- _Work request_
Reproduce the opening lines of the records exactly, up to and including the line in which "v11 (0,5,0)" occurs.

[Material shown]

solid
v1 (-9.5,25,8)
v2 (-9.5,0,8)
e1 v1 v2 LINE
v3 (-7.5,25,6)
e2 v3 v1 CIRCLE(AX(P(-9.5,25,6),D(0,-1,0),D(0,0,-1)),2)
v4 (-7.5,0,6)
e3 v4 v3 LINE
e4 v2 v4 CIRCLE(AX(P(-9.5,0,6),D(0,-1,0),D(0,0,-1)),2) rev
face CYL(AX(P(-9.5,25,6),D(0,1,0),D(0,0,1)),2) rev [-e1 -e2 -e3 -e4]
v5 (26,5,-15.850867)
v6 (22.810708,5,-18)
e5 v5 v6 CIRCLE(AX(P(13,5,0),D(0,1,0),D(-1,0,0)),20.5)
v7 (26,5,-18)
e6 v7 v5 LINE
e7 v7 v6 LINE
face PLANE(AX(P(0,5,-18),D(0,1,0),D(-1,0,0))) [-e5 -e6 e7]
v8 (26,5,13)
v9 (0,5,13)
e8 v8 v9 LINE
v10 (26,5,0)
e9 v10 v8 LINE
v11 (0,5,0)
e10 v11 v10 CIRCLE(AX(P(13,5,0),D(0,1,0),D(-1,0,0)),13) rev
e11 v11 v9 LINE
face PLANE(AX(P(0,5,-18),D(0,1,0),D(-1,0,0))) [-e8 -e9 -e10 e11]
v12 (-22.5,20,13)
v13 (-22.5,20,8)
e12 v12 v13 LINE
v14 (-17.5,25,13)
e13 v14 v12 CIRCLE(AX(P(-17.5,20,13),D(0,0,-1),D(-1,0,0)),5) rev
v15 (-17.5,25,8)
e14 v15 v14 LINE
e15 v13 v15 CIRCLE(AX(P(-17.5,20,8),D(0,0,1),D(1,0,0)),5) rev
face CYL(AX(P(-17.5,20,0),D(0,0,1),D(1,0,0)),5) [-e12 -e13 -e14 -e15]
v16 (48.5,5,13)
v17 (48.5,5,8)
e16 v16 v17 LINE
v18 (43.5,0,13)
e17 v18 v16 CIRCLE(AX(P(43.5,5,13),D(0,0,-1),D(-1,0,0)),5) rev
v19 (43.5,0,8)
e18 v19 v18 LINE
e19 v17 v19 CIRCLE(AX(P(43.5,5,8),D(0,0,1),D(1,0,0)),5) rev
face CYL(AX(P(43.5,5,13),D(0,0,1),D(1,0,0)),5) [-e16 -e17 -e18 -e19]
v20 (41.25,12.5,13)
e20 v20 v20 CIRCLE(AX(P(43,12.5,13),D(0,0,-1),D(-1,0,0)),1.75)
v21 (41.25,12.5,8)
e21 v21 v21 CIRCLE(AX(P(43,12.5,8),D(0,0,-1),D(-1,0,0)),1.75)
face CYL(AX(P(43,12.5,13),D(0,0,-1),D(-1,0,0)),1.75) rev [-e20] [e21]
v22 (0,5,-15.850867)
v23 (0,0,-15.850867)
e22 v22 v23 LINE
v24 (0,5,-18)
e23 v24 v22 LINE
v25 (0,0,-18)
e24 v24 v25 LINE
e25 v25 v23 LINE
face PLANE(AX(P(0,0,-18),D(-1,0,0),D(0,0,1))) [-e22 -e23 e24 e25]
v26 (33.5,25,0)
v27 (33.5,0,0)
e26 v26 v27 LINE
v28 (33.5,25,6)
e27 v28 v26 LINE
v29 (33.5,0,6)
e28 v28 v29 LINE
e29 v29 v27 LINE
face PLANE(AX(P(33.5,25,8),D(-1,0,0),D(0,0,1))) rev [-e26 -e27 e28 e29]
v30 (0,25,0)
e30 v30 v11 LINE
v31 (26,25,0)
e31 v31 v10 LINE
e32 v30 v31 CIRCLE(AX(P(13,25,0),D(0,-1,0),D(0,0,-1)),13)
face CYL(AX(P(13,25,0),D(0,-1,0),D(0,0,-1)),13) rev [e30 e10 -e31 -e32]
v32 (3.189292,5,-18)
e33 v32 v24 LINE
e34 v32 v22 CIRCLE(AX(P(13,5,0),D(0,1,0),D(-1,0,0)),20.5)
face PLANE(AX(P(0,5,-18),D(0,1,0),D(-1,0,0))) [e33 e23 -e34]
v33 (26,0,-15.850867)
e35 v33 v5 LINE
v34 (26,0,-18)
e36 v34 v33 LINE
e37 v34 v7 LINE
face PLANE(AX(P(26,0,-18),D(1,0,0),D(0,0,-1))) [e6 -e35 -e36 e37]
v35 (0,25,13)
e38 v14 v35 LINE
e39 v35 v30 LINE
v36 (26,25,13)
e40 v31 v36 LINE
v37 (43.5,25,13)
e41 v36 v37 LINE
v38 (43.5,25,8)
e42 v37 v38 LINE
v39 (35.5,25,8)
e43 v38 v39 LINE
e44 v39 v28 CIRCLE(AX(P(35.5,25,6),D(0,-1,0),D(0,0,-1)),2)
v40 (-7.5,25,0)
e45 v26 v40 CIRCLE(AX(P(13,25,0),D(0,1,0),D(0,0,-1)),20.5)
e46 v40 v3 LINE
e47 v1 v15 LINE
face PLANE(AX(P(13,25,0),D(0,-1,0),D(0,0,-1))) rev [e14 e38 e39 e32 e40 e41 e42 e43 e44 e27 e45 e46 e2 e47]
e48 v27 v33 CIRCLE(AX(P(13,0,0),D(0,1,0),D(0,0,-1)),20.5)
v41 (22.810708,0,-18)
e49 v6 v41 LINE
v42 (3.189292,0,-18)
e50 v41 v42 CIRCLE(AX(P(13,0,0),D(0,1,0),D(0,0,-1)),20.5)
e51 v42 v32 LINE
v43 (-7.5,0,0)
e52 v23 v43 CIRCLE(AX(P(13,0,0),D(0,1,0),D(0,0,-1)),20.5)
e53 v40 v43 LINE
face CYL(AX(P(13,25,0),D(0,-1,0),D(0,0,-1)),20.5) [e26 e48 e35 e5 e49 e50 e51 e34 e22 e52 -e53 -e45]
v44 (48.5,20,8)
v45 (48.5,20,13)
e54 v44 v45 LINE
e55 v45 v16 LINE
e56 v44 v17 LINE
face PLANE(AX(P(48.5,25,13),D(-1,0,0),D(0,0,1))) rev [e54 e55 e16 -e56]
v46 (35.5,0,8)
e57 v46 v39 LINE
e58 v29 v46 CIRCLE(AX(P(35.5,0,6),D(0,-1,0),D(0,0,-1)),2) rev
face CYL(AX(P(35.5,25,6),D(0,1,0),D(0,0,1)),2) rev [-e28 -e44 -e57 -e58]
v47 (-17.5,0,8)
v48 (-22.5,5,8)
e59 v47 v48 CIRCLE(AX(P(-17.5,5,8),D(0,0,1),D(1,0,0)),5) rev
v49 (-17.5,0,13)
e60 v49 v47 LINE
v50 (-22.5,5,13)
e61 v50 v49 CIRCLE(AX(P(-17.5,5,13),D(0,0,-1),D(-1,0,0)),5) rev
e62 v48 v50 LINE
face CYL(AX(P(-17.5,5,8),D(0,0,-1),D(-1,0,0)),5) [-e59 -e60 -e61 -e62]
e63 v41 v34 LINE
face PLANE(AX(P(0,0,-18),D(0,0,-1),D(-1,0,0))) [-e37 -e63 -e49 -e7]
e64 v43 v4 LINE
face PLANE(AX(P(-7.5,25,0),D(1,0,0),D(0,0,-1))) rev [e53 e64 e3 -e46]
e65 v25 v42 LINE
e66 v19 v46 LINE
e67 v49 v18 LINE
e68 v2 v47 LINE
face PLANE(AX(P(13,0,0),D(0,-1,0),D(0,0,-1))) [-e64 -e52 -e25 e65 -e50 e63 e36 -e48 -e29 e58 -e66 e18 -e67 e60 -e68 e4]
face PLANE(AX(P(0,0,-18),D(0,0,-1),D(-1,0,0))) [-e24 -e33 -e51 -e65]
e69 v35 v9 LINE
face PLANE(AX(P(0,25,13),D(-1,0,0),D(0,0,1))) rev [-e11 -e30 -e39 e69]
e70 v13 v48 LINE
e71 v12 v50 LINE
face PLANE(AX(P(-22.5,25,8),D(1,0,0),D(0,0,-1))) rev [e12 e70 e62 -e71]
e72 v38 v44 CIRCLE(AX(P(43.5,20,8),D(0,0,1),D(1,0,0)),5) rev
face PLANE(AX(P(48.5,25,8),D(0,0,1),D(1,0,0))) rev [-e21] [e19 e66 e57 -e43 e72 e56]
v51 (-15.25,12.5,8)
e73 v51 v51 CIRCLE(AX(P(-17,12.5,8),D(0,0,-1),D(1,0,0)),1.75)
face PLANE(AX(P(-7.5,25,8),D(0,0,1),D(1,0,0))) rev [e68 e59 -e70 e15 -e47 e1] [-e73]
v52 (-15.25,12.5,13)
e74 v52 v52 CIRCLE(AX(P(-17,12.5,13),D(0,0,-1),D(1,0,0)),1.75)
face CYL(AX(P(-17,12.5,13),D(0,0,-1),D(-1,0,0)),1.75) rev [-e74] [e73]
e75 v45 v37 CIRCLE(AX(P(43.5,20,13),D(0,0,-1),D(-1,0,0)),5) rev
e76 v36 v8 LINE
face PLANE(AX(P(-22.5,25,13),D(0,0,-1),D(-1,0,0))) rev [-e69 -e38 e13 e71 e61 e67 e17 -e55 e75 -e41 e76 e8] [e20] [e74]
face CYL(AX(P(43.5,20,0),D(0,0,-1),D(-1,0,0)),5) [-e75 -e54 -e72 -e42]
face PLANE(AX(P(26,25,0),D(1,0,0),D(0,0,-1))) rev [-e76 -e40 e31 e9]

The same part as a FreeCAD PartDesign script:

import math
import FreeCAD as App
import Part
import Sketcher


def edges_at(feature, points):
    """Names of the edges that pass closest to the given points."""
    edges = feature.Shape.Edges
    near = lambda p: min(range(len(edges)), key=lambda i: edges[i].distToShape(Part.Vertex(*p))[0])
    return sorted({f"Edge{near(p) + 1}" for p in points})

doc = App.newDocument("Part")
body = doc.addObject("PartDesign::Body", "Body")

# Sketch on XZ plane
sketch1 = body.newObject("Sketcher::SketchObject", "Sketch")
sketch1.AttachmentSupport = (doc.getObject("XZ_Plane"), [""])
sketch1.MapMode = "FlatFace"
sketch1.addGeometry([
    Part.LineSegment(App.Vector(-7.5, 0, 0), App.Vector(-7.5, 8, 0)),  # 0
    Part.LineSegment(App.Vector(-7.5, 8, 0), App.Vector(-22.5, 8, 0)),  # 1
    Part.LineSegment(App.Vector(-22.5, 8, 0), App.Vector(-22.5, 13, 0)),  # 2
    Part.LineSegment(App.Vector(-22.5, 13, 0), App.Vector(0, 13, 0)),  # 3
    Part.LineSegment(App.Vector(0, 13, 0), App.Vector(0, 0, 0)),  # 4
    Part.ArcOfCircle(Part.Circle(App.Vector(13, 0, 0), App.Vector(0, 0, 1), 13), math.radians(180), math.radians(360)),  # 5
    Part.LineSegment(App.Vector(26, 0, 0), App.Vector(26, 13, 0)),  # 6
    Part.LineSegment(App.Vector(26, 13, 0), App.Vector(48.5, 13, 0)),  # 7
    Part.LineSegment(App.Vector(48.5, 13, 0), App.Vector(48.5, 8, 0)),  # 8
    Part.LineSegment(App.Vector(48.5, 8, 0), App.Vector(33.5, 8, 0)),  # 9
    Part.LineSegment(App.Vector(33.5, 8, 0), App.Vector(33.5, 0, 0)),  # 10
    Part.ArcOfCircle(Part.Circle(App.Vector(13, 0, 0), App.Vector(0, 0, 1), 20.5), math.radians(180), math.radians(360)),  # 11
], False)
sketch1.addConstraint([
    Sketcher.Constraint("Coincident", 0, 2, 1, 1),
    Sketcher.Constraint("Coincident", 1, 2, 2, 1),
    Sketcher.Constraint("Coincident", 2, 2, 3, 1),
    Sketcher.Constraint("Coincident", 3, 2, 4, 1),
    Sketcher.Constraint("Tangent", 4, 2, 5, 1),
    Sketcher.Constraint("Tangent", 5, 2, 6, 1),
    Sketcher.Constraint("Coincident", 6, 2, 7, 1),
    Sketcher.Constraint("Coincident", 7, 2, 8, 1),
    Sketcher.Constraint("Coincident", 8, 2, 9, 1),
    Sketcher.Constraint("Coincident", 9, 2, 10, 1),
    Sketcher.Constraint("Tangent", 10, 2, 11, 2),
    Sketcher.Constraint("Tangent", 11, 1, 0, 1),
    Sketcher.Constraint("Vertical", 0),
    Sketcher.Constraint("Horizontal", 1),
    Sketcher.Constraint("Vertical", 2),
    Sketcher.Constraint("Horizontal", 3),
    Sketcher.Constraint("Vertical", 4),
    Sketcher.Constraint("Vertical", 6),
    Sketcher.Constraint("Horizontal", 7),
    Sketcher.Constraint("Vertical", 8),
    Sketcher.Constraint("Horizontal", 9),
    Sketcher.Constraint("Vertical", 10),
    Sketcher.Constraint("Coincident", 4, 2, -1, 1),
    Sketcher.Constraint("Coincident", 11, 3, 5, 3),
    Sketcher.Constraint("Horizontal", 3, 2, 6, 2),
    Sketcher.Constraint("Horizontal", 1, 2, 8, 2),
    Sketcher.Constraint("Equal", 3, 7),
    Sketcher.Constraint("Radius", 5, 13.0),
    Sketcher.Constraint("Radius", 11, 20.5),
    Sketcher.Constraint("DistanceX", 1, 2, 1, 1, 15.0),
    Sketcher.Constraint("DistanceY", 0, 1, 0, 2, 8.0),
    Sketcher.Constraint("DistanceY", 2, 1, 2, 2, 5.0),
])
pad1 = body.newObject("PartDesign::Pad", "Pad")
pad1.Profile = sketch1
pad1.Length = 25
pad1.Reversed = True

# Sketch on XY plane
sketch2 = body.newObject("Sketcher::SketchObject", "Sketch001")
sketch2.AttachmentSupport = (doc.getObject("XY_Plane"), [""])
sketch2.MapMode = "FlatFace"
sketch2.AttachmentOffset = App.Placement(App.Vector(0, 0, 8), App.Rotation())
sketch2.addGeometry([
    Part.Circle(App.Vector(43, 12.5, 0), App.Vector(0, 0, 1), 1.75),
    Part.Circle(App.Vector(-17, 12.5, 0), App.Vector(0, 0, 1), 1.75),
], False)
sketch2.addConstraint([
    Sketcher.Constraint("Equal", 0, 1),
    Sketcher.Constraint("Horizontal", 0, 3, 1, 3),
    Sketcher.Constraint("Diameter", 0, 3.5),
    Sketcher.Constraint("DistanceX", -1, 1, 0, 3, 43.0),
    Sketcher.Constraint("DistanceX", 1, 3, -1, 1, 17.0),
    Sketcher.Constraint("DistanceY", -1, 1, 0, 3, 12.5),
])
pocket1 = body.newObject("PartDesign::Pocket", "Pocket")
pocket1.Profile = sketch2
pocket1.Type = "ThroughAll"
pocket1.Reversed = True
doc.recompute()

fillet = body.newObject("PartDesign::Fillet", "Fillet")
fillet.Base = (pocket1, edges_at(pocket1, [
    (-22.5, 0, 10.5),
    (48.5, 0, 10.5),
    (48.5, 25, 10.5),
    (-22.5, 25, 10.5),
]))
fillet.Radius = 5
doc.recompute()

fillet2 = body.newObject("PartDesign::Fillet", "Fillet001")
fillet2.Base = (fillet, edges_at(fillet, [(-7.5, 12.5, 8), (33.5, 12.5, 8)]))
fillet2.Radius = 2

# Sketch on XY plane
sketch3 = body.newObject("Sketcher::SketchObject", "Sketch002")
sketch3.AttachmentSupport = (doc.getObject("XY_Plane"), [""])
sketch3.MapMode = "FlatFace"
sketch3.AttachmentOffset = App.Placement(App.Vector(0, 0, 13), App.Rotation())
sketch3.addGeometry([
    Part.LineSegment(App.Vector(0, 5, 0), App.Vector(0, 0, 0)),
    Part.LineSegment(App.Vector(0, 0, 0), App.Vector(26, 0, 0)),
    Part.LineSegment(App.Vector(26, 0, 0), App.Vector(26, 5, 0)),
    Part.LineSegment(App.Vector(26, 5, 0), App.Vector(0, 5, 0)),
], False)
sketch3.addConstraint([
    Sketcher.Constraint("Coincident", 0, 2, 1, 1),
    Sketcher.Constraint("Coincident", 1, 2, 2, 1),
    Sketcher.Constraint("Coincident", 2, 2, 3, 1),
    Sketcher.Constraint("Coincident", 3, 2, 0, 1),
    Sketcher.Constraint("Vertical", 0),
    Sketcher.Constraint("Horizontal", 1),
    Sketcher.Constraint("Vertical", 2),
    Sketcher.Constraint("Horizontal", 3),
    Sketcher.Constraint("Coincident", 0, 2, -1, 1),
    Sketcher.Constraint("DistanceX", 1, 1, 1, 2, 26.0),
    Sketcher.Constraint("DistanceY", 0, 2, 0, 1, 5.0),
])
pad2 = body.newObject("PartDesign::Pad", "Pad001")
pad2.Profile = sketch3
pad2.Length = 31
pad2.Reversed = True

doc.recompute()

[/Material shown]

- _Answer to this task_
solid
v1 (-9.5,25,8)
v2 (-9.5,0,8)
e1 v1 v2 LINE
v3 (-7.5,25,6)
e2 v3 v1 CIRCLE(AX(P(-9.5,25,6),D(0,-1,0),D(0,0,-1)),2)
v4 (-7.5,0,6)
e3 v4 v3 LINE
e4 v2 v4 CIRCLE(AX(P(-9.5,0,6),D(0,-1,0),D(0,0,-1)),2) rev
face CYL(AX(P(-9.5,25,6),D(0,1,0),D(0,0,1)),2) rev [-e1 -e2 -e3 -e4]
v5 (26,5,-15.850867)
v6 (22.810708,5,-18)
e5 v5 v6 CIRCLE(AX(P(13,5,0),D(0,1,0),D(-1,0,0)),20.5)
v7 (26,5,-18)
e6 v7 v5 LINE
e7 v7 v6 LINE
face PLANE(AX(P(0,5,-18),D(0,1,0),D(-1,0,0))) [-e5 -e6 e7]
v8 (26,5,13)
v9 (0,5,13)
e8 v8 v9 LINE
v10 (26,5,0)
e9 v10 v8 LINE
v11 (0,5,0)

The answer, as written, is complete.